Bauern und Lokführer protestieren: Die große Kränkung

Den Bauern und Lokführern geht es noch relativ gut. Ihr Protest sollte nicht von den wirklich Marginalisierten in der Arbeitswelt ablenken.

Demonstranten mit großen Fahnen.

Zu leise und knicken bei Tarifverhandlungen zu schnell ein: Kita-Erzieherinnen und ihre Interessenvertreterinnen Foto: Christian von Polentz

Nach dieser Woche muss man den Eindruck haben, dass es zwei Berufsgruppen besonders schlecht geht: den Bauern und den streikenden Lokführern. Allerorten ist von „Wut“ zu lesen. Ginge es nach dem Grad prekärer Arbeitsbedingungen, müssten aber ganz andere „wütend“ sein, wenn sie nicht schon längst zu müde dafür sind: Regale-Einräumer in Supermärkten, scheinselbständige Paketlieferanten, rumänische Erntehelferinnen, „schwarz“ beschäftigte Putzfrauen. Aber sie haben nicht die Organisationsmacht von Bauern und Lokführern.

Bauern und Lokführer sind traditionell gut organisiert, sie sind es gewohnt, ihre Interessen offensiv zu vertreten. Doch wer am lautesten ruft, dem geht es nicht unbedingt am schlechtesten; er hat nur die Mittel, sich Gehör zu verschaffen. Der Arbeitskampf im Lebensmittel-Einzelhandel dümpelt auch deswegen seit Monaten vor sich hin, weil die Branche zersplittert ist und die vielen Teilzeitkräfte meistens nicht organisiert sind. Und wenn es bei Rewe keine Milch gibt, geht der Kunde eben zu Edeka.

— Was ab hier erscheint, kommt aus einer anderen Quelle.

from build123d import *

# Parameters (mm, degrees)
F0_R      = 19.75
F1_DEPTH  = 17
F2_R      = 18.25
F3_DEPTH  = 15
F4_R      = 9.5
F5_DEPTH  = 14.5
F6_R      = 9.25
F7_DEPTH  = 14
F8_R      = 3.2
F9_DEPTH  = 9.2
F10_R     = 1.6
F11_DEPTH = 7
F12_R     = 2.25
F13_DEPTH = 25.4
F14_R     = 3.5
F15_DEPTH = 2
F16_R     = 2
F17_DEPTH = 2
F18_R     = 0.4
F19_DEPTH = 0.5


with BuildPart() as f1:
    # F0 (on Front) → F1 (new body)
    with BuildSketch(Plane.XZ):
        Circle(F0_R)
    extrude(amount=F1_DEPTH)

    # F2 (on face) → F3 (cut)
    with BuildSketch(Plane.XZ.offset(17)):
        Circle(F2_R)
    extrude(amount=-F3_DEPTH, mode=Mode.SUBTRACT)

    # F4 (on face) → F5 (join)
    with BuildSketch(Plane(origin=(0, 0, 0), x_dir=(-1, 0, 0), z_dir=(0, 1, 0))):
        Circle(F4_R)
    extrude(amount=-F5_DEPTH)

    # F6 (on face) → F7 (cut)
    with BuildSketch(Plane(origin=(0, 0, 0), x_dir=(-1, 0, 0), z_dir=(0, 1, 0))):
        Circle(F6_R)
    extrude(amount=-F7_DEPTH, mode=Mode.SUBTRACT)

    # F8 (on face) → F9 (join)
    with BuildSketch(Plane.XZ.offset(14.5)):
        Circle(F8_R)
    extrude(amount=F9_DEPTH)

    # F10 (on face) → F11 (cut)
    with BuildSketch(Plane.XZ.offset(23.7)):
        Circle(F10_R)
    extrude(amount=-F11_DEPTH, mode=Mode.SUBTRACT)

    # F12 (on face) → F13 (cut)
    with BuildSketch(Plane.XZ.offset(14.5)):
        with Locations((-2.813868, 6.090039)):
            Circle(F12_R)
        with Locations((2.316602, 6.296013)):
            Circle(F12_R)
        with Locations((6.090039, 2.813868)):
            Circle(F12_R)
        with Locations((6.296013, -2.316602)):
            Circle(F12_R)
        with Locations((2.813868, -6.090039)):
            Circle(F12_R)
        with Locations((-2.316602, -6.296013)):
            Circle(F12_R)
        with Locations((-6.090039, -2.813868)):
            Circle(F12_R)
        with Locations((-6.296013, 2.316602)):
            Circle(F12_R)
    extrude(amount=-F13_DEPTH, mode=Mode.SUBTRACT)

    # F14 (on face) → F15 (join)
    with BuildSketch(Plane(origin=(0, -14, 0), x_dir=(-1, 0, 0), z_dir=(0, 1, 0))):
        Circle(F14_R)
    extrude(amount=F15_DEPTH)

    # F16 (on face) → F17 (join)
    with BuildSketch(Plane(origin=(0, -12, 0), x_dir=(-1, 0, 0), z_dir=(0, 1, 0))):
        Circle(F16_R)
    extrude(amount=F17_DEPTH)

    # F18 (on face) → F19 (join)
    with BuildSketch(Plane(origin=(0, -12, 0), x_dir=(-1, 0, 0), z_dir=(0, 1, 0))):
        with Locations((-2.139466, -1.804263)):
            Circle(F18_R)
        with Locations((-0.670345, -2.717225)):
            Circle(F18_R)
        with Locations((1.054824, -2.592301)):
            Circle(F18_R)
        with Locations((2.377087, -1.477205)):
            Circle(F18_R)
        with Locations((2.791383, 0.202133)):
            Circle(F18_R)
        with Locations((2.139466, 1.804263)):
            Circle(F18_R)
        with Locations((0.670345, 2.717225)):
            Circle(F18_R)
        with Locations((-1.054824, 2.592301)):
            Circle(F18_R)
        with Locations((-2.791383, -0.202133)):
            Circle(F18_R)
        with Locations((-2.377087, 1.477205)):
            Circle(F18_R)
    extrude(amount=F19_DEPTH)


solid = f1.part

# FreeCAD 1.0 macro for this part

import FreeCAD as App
import Part
import Sketcher
from FreeCAD import Vector
Q = App.Units.Quantity

doc = App.newDocument("Part")
body = doc.addObject("PartDesign::Body", "Body")

sketch1 = body.newObject("Sketcher::SketchObject", "Sketch")
sketch1.AttachmentSupport = (doc.getObject("XZ_Plane"), [""])
sketch1.MapMode = "FlatFace"
sketch1.addGeometry(Part.Circle(Vector(0, 0, 0), Vector(0, 0, 1), 20), False)
sketch1.addConstraint([
    Sketcher.Constraint("Coincident", 0, 3, -1, 1),
    Sketcher.Constraint("Diameter", 0, Q("39.5 mm")),
])
pad1 = body.newObject("PartDesign::Pad", "Pad")
pad1.Profile = sketch1
pad1.Length = 17

sketch2 = body.newObject("Sketcher::SketchObject", "Sketch001")
sketch2.AttachmentSupport = (doc.getObject("XZ_Plane"), [""])
sketch2.MapMode = "FlatFace"
sketch2.AttachmentOffset = App.Placement(Vector(0, 0, 17), App.Rotation())
sketch2.addGeometry(Part.Circle(Vector(0, 0, 0), Vector(0, 0, 1), 18), False)
sketch2.addConstraint([
    Sketcher.Constraint("Coincident", 0, 3, -1, 1),
    Sketcher.Constraint("Diameter", 0, Q("36.5 mm")),
])
pocket1 = body.newObject("PartDesign::Pocket", "Pocket")
pocket1.Profile = sketch2
pocket1.Length = 15

sketch3 = body.newObject("Sketcher::SketchObject", "Sketch002")
sketch3.AttachmentSupport = (doc.getObject("XZ_Plane"), [""])
sketch3.MapMode = "FlatFace"
sketch3.addGeometry(Part.Circle(Vector(0, 0, 0), Vector(0, 0, 1), 10), False)
sketch3.addConstraint([
    Sketcher.Constraint("Coincident", 0, 3, -1, 1),
    Sketcher.Constraint("Diameter", 0, Q("19 mm")),
])
pad2 = body.newObject("PartDesign::Pad", "Pad001")
pad2.Profile = sketch3
pad2.Length = 14.5

sketch4 = body.newObject("Sketcher::SketchObject", "Sketch003")
sketch4.AttachmentSupport = (doc.getObject("XZ_Plane"), [""])
sketch4.MapMode = "FlatFace"
sketch4.addGeometry(Part.Circle(Vector(0, 0, 0), Vector(0, 0, 1), 9), False)
sketch4.addConstraint([
    Sketcher.Constraint("Coincident", 0, 3, -1, 1),
    Sketcher.Constraint("Diameter", 0, Q("18.5 mm")),
])
pocket2 = body.newObject("PartDesign::Pocket", "Pocket001")
pocket2.Profile = sketch4
pocket2.Length = 14
pocket2.Reversed = True

sketch5 = body.newObject("Sketcher::SketchObject", "Sketch004")
sketch5.AttachmentSupport = (doc.getObject("XZ_Plane"), [""])
sketch5.MapMode = "FlatFace"
sketch5.AttachmentOffset = App.Placement(Vector(0, 0, 14.5), App.Rotation())
sketch5.addGeometry(Part.Circle(Vector(0, 0, 0), Vector(0, 0, 1), 3.2), False)
sketch5.addConstraint([
    Sketcher.Constraint("Coincident", 0, 3, -1, 1),
    Sketcher.Constraint("Diameter", 0, Q("6.4 mm")),
])
pad3 = body.newObject("PartDesign::Pad", "Pad002")
pad3.Profile = sketch5
pad3.Length = 9.2

sketch6 = body.newObject("Sketcher::SketchObject", "Sketch005")
sketch6.AttachmentSupport = (doc.getObject("XZ_Plane"), [""])
sketch6.MapMode = "FlatFace"
sketch6.AttachmentOffset = App.Placement(Vector(0, 0, 23.7), App.Rotation())
sketch6.addGeometry(Part.Circle(Vector(0, 0, 0), Vector(0, 0, 1), 1.6), False)
sketch6.addConstraint([
    Sketcher.Constraint("Coincident", 0, 3, -1, 1),
    Sketcher.Constraint("Diameter", 0, Q("3.2 mm")),
])
pocket3 = body.newObject("PartDesign::Pocket", "Pocket002")
pocket3.Profile = sketch6
pocket3.Length = 7

sketch7 = body.newObject("Sketcher::SketchObject", "Sketch006")
sketch7.AttachmentSupport = (doc.getObject("XZ_Plane"), [""])
sketch7.MapMode = "FlatFace"
sketch7.AttachmentOffset = App.Placement(Vector(0, 0, 14.5), App.Rotation())
sketch7.addGeometry([
    Part.Circle(Vector(-2.8, 6.1, 0), Vector(0, 0, 1), 2.2),
    Part.Circle(Vector(2.3, 6.3, 0), Vector(0, 0, 1), 2.2),
    Part.Circle(Vector(6.1, 2.8, 0), Vector(0, 0, 1), 2.2),
    Part.Circle(Vector(6.3, -2.3, 0), Vector(0, 0, 1), 2.2),
    Part.Circle(Vector(2.8, -6.1, 0), Vector(0, 0, 1), 2.2),
    Part.Circle(Vector(-2.3, -6.3, 0), Vector(0, 0, 1), 2.2),
    Part.Circle(Vector(-6.1, -2.8, 0), Vector(0, 0, 1), 2.2),
    Part.Circle(Vector(-6.3, 2.3, 0), Vector(0, 0, 1), 2.2),
], False)
sketch7.addConstraint([
    Sketcher.Constraint("Equal", 0, 1),
    Sketcher.Constraint("Equal", 1, 2),
    Sketcher.Constraint("Equal", 2, 3),
    Sketcher.Constraint("Equal", 3, 4),
    Sketcher.Constraint("Equal", 4, 5),
    Sketcher.Constraint("Equal", 5, 6),
    Sketcher.Constraint("Equal", 6, 7),
    Sketcher.Constraint("Symmetric", 0, 3, 4, 3, -1, 1),
    Sketcher.Constraint("Symmetric", 1, 3, 5, 3, -1, 1),
    Sketcher.Constraint("Symmetric", 2, 3, 6, 3, -1, 1),
    Sketcher.Constraint("Symmetric", 3, 3, 7, 3, -1, 1),
    Sketcher.Constraint("Diameter", 0, Q("4.5 mm")),
    Sketcher.Constraint("DistanceX", -1, 1, 1, 3, Q("2.316602 mm")),
    Sketcher.Constraint("DistanceY", 3, 3, -1, 1, Q("2.316602 mm")),
    Sketcher.Constraint("DistanceY", -1, 1, 0, 3, Q("6.090039 mm")),
    Sketcher.Constraint("DistanceX", -1, 1, 2, 3, Q("6.090039 mm")),
    Sketcher.Constraint("DistanceX", 0, 3, 1, 3, Q("5.13047 mm")),
    Sketcher.Constraint("DistanceY", 2, 3, 0, 3, Q("3.276171 mm")),
    Sketcher.Constraint("DistanceX", 1, 3, 3, 3, Q("3.979411 mm")),
    Sketcher.Constraint("DistanceY", 5, 3, 3, 3, Q("3.979411 mm")),
])
pocket4 = body.newObject("PartDesign::Pocket", "Pocket003")
pocket4.Profile = sketch7
pocket4.Length = 25.4

sketch8 = body.newObject("Sketcher::SketchObject", "Sketch007")
sketch8.AttachmentSupport = (doc.getObject("XZ_Plane"), [""])
sketch8.MapMode = "FlatFace"
sketch8.AttachmentOffset = App.Placement(Vector(0, 0, 14), App.Rotation())
sketch8.addGeometry(Part.Circle(Vector(0, 0, 0), Vector(0, 0, 1), 3.5), False)
sketch8.addConstraint([
    Sketcher.Constraint("Coincident", 0, 3, -1, 1),
    Sketcher.Constraint("Diameter", 0, Q("7 mm")),
])
pad4 = body.newObject("PartDesign::Pad", "Pad003")
pad4.Profile = sketch8
pad4.Length = 2
pad4.Reversed = True

sketch9 = body.newObject("Sketcher::SketchObject", "Sketch008")
sketch9.AttachmentSupport = (doc.getObject("XZ_Plane"), [""])
sketch9.MapMode = "FlatFace"
sketch9.AttachmentOffset = App.Placement(Vector(0, 0, 12), App.Rotation())
sketch9.addGeometry(Part.Circle(Vector(0, 0, 0), Vector(0, 0, 1), 2), False)
sketch9.addConstraint([
    Sketcher.Constraint("Coincident", 0, 3, -1, 1),
    Sketcher.Constraint("Diameter", 0, Q("4 mm")),
])
pad5 = body.newObject("PartDesign::Pad", "Pad004")
pad5.Profile = sketch9
pad5.Length = 2
pad5.Reversed = True

sketch10 = body.newObject("Sketcher::SketchObject", "Sketch009")
sketch10.AttachmentSupport = (doc.getObject("XZ_Plane"), [""])
sketch10.MapMode = "FlatFace"
sketch10.AttachmentOffset = App.Placement(Vector(0, 0, 12), App.Rotation())
sketch10.addGeometry([
    Part.Circle(Vector(2.14, -1.8, 0), Vector(0, 0, 1), 0.4),
    Part.Circle(Vector(0.67, -2.72, 0), Vector(0, 0, 1), 0.4),
    Part.Circle(Vector(-1.05, -2.59, 0), Vector(0, 0, 1), 0.4),
    Part.Circle(Vector(-2.38, -1.48, 0), Vector(0, 0, 1), 0.4),
    Part.Circle(Vector(-2.79, 0.2, 0), Vector(0, 0, 1), 0.4),
    Part.Circle(Vector(-2.14, 1.8, 0), Vector(0, 0, 1), 0.4),
    Part.Circle(Vector(-0.67, 2.72, 0), Vector(0, 0, 1), 0.4),
    Part.Circle(Vector(1.05, 2.59, 0), Vector(0, 0, 1), 0.4),
    Part.Circle(Vector(2.79, -0.2, 0), Vector(0, 0, 1), 0.4),
    Part.Circle(Vector(2.38, 1.48, 0), Vector(0, 0, 1), 0.4),
], False)
sketch10.addConstraint([
    Sketcher.Constraint("Equal", 0, 1),
    Sketcher.Constraint("Equal", 1, 2),
    Sketcher.Constraint("Equal", 2, 3),
    Sketcher.Constraint("Equal", 3, 4),
    Sketcher.Constraint("Equal", 4, 5),
    Sketcher.Constraint("Equal", 5, 6),
    Sketcher.Constraint("Equal", 6, 7),
    Sketcher.Constraint("Equal", 7, 8),
    Sketcher.Constraint("Equal", 8, 9),
    Sketcher.Constraint("Symmetric", 0, 3, 5, 3, -1, 1),
    Sketcher.Constraint("Symmetric", 1, 3, 6, 3, -1, 1),
    Sketcher.Constraint("Symmetric", 2, 3, 7, 3, -1, 1),
    Sketcher.Constraint("Symmetric", 4, 3, 8, 3, -1, 1),
    Sketcher.Constraint("Symmetric", 3, 3, 9, 3, -1, 1),
    Sketcher.Constraint("Diameter", 0, Q("0.8 mm")),
    Sketcher.Constraint("DistanceY", 2, 3, -1, 1, Q("2.592301 mm")),
    Sketcher.Constraint("DistanceX", 1, 3, 0, 3, Q("1.469121 mm")),
    Sketcher.Constraint("DistanceX", 2, 3, 1, 3, Q("1.725169 mm")),
    Sketcher.Constraint("DistanceY", 2, 3, 0, 3, Q("0.788038 mm")),
    Sketcher.Constraint("DistanceX", 3, 3, 1, 3, Q("3.047432 mm")),
    Sketcher.Constraint("DistanceY", 1, 3, 3, 3, Q("1.24002 mm")),
    Sketcher.Constraint("DistanceX", 4, 3, 2, 3, Q("1.736559 mm")),
    Sketcher.Constraint("DistanceY", 4, 3, 5, 3, Q("1.60213 mm")),
    Sketcher.Constraint("DistanceX", 3, 3, 5, 3, Q("0.237621 mm")),
    Sketcher.Constraint("DistanceY", 3, 3, 5, 3, Q("3.281468 mm")),
])
pad6 = body.newObject("PartDesign::Pad", "Pad005")
pad6.Profile = sketch10
pad6.Length = 0.5
pad6.Reversed = True

doc.recompute()
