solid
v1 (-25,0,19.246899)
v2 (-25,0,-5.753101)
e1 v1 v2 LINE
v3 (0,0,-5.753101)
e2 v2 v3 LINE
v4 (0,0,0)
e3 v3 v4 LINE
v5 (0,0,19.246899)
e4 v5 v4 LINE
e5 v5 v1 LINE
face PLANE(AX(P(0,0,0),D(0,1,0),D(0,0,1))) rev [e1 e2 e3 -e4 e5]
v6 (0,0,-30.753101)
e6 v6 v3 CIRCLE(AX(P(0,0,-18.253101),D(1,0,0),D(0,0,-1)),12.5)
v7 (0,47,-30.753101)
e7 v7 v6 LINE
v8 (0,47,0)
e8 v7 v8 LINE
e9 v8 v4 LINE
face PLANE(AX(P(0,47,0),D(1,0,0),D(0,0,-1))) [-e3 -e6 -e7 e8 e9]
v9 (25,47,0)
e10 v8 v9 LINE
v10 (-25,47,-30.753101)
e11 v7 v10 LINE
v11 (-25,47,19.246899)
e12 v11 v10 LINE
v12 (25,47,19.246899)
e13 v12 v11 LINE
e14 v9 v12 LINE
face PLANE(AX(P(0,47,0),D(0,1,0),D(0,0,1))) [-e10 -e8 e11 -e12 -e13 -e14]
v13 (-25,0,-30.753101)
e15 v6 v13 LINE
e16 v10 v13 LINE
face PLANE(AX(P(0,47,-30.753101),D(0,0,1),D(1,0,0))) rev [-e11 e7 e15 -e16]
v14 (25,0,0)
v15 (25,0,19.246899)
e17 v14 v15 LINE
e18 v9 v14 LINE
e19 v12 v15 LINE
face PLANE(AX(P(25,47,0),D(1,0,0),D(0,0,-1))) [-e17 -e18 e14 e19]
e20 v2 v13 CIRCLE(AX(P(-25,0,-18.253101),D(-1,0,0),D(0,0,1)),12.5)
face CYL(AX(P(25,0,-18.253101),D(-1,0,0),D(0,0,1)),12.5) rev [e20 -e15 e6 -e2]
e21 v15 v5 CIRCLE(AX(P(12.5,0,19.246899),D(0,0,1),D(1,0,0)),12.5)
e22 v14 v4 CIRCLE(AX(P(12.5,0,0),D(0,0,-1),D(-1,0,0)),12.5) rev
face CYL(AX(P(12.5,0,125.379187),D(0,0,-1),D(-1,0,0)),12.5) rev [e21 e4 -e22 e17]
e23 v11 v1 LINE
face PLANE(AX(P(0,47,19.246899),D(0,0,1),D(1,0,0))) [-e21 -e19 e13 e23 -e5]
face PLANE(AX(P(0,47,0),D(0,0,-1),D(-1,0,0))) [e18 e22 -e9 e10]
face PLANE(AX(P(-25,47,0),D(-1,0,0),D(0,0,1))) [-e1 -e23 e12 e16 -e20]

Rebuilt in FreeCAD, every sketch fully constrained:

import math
import FreeCAD as App
import Part
import Sketcher
from FreeCAD import Vector
Q = App.Units.Quantity


def add_polygon(sketch, points):
    """Adds a closed chain of lines whose ends are joined by coincident constraints."""
    first, n = sketch.GeometryCount, len(points)
    for a, b in zip(points, points[1:] + points[:1]):
        sketch.addGeometry(Part.LineSegment(App.Vector(*a, 0), App.Vector(*b, 0)), False)
    for i in range(n):
        sketch.addConstraint(Sketcher.Constraint("Coincident", first + i, 2, first + (i + 1) % n, 1))

doc = App.newDocument("Part")
body = doc.addObject("PartDesign::Body", "Body")

sketch1 = body.newObject("Sketcher::SketchObject", "Sketch")
sketch1.AttachmentSupport = (doc.getObject("XZ_Plane"), [""])
sketch1.MapMode = "FlatFace"
add_polygon(sketch1, [(0, 0), (0, -30.753101), (-25, -30.753101), (-25, 19.246899), (0, 19.246899), (25, 19.246899), (25, 0)])
sketch1.addConstraint(Sketcher.Constraint("Vertical", 0))
sketch1.addConstraint(Sketcher.Constraint("Horizontal", 1))
sketch1.addConstraint(Sketcher.Constraint("Vertical", 2))
sketch1.addConstraint(Sketcher.Constraint("Horizontal", 3))
sketch1.addConstraint(Sketcher.Constraint("Horizontal", 4))
sketch1.addConstraint(Sketcher.Constraint("Vertical", 5))
sketch1.addConstraint(Sketcher.Constraint("Horizontal", 6))
sketch1.addConstraint(Sketcher.Constraint("Coincident", 6, 2, -1, 1))
sketch1.addConstraint(Sketcher.Constraint("PointOnObject", 3, 2, -2))
sketch1.addConstraint(Sketcher.Constraint("Equal", 3, 4))
sketch1.addConstraint(Sketcher.Constraint("DistanceX", 1, 2, 1, 1, Q("25 mm")))
sketch1.addConstraint(Sketcher.Constraint("DistanceY", 2, 1, 2, 2, Q("50 mm")))
sketch1.addConstraint(Sketcher.Constraint("DistanceY", 0, 2, 0, 1, Q("30.753101 mm")))
pad1 = body.newObject("PartDesign::Pad", "Pad")
pad1.Profile = sketch1
pad1.Length = 47
pad1.Reversed = True

sketch2 = body.newObject("Sketcher::SketchObject", "Sketch001")
sketch2.AttachmentSupport = (doc.getObject("XY_Plane"), [""])
sketch2.MapMode = "FlatFace"
sketch2.AttachmentOffset = App.Placement(Vector(0, 0, 19.246899), App.Rotation())
sketch2.addGeometry(Part.ArcOfCircle(Part.Circle(Vector(12.5, 0, 0), Vector(0, 0, 1), 12.5), math.radians(0), math.radians(180)), False)
sketch2.addGeometry(Part.LineSegment(Vector(0, 0, 0), Vector(0, -441.732923, 0)), False)
sketch2.addGeometry(Part.LineSegment(Vector(0, -441.732923, 0), Vector(25, -441.732923, 0)), False)
sketch2.addGeometry(Part.LineSegment(Vector(25, -441.732923, 0), Vector(25, 0, 0)), False)
sketch2.addConstraint(Sketcher.Constraint("Tangent", 0, 2, 1, 1))
sketch2.addConstraint(Sketcher.Constraint("Coincident", 1, 2, 2, 1))
sketch2.addConstraint(Sketcher.Constraint("Coincident", 2, 2, 3, 1))
sketch2.addConstraint(Sketcher.Constraint("Tangent", 3, 2, 0, 1))
sketch2.addConstraint(Sketcher.Constraint("Vertical", 1))
sketch2.addConstraint(Sketcher.Constraint("Horizontal", 2))
sketch2.addConstraint(Sketcher.Constraint("Vertical", 3))
sketch2.addConstraint(Sketcher.Constraint("Coincident", 0, 2, -1, 1))
sketch2.addConstraint(Sketcher.Constraint("Radius", 0, Q("12.5 mm")))
sketch2.addConstraint(Sketcher.Constraint("DistanceY", 1, 2, 1, 1, Q("441.732923 mm")))
pocket1 = body.newObject("PartDesign::Pocket", "Pocket")
pocket1.Profile = sketch2
pocket1.Type = "ThroughAll"
pocket1.Midplane = True

sketch3 = body.newObject("Sketcher::SketchObject", "Sketch002")
sketch3.AttachmentSupport = (doc.getObject("YZ_Plane"), [""])
sketch3.MapMode = "FlatFace"
sketch3.AttachmentOffset = App.Placement(Vector(0, 0, -25), App.Rotation())
sketch3.addGeometry(Part.Circle(Vector(0, -18.253101, 0), Vector(0, 0, 1), 12.5), False)
sketch3.addConstraint(Sketcher.Constraint("PointOnObject", 0, 3, -2))
sketch3.addConstraint(Sketcher.Constraint("Diameter", 0, Q("25 mm")))
sketch3.addConstraint(Sketcher.Constraint("DistanceY", 0, 3, -1, 1, Q("18.253101 mm")))
pocket2 = body.newObject("PartDesign::Pocket", "Pocket001")
pocket2.Profile = sketch3
pocket2.Length = 50
pocket2.Reversed = True

doc.recompute()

Was Bauern und Lokführer mentalitätsmäßig und historisch gesehen verbindet, ist das Gefühl der Kränkung. Lokführer waren früher Beamte, zwar nie besonders gut bezahlt, aber mit hohem Sozialprestige. Sie sorgten im Staatsauftrag für den öffentlichen Fernverkehr, heute müssen sie mit Flixbus konkurrieren. Der immer leicht beleidigt wirkende Habitus von Claus Weselsky drückt die Kränkung dieses Berufsstands ziemlich gut aus.

Bauern waren früher die Herrscher auf dem Land. Sie dominierten den Gemeinderat und die Dorfgemeinschaft; heute haben sich die Gewichte verschoben, weil es immer weniger Bauern gibt und die Bevölkerung auf dem Land heterogener als früher ist. Die Unzufriedenheit speist sich nicht nur aus Dieselpreisen und Schichtzeiten, sie hat tiefere Quellen. Die Enttäuschung darüber, dass es einem früher besser ging und man einst eine größere Rolle spielte, kann gewaltige Kräfte freisetzen.

Mehr Weselsky wagen

Die ungleiche Verteilung von hörbarer Wut erzählt auch etwas über Geschlechter-Rollenklischees. Kita-Erzieherinnen und ihre Interessenvertreterinnen zum Beispiel sind zu leise, sie knicken bei Tarifverhandlungen zu schnell ein. Wie wäre es, wenn die Verhandlungsführerinnen beim nächsten Mal im breitbeinigen Weselsky-Style verkünden würden: „Das ist ein Vernichtungsfeldzug der Arbeitgeber, den wir uns nicht bieten lassen. Das Land wird still stehen, solange sich die Arbeitgeber nicht bewegen.“

Und vorher sollten die Medien einfach mal mehr auf die Leisen, weniger auf die Lauten achten, auch wenn erstere keine medienwirksamen Traktoren auf Autobahnen und stillstehenden Züge aufbieten können.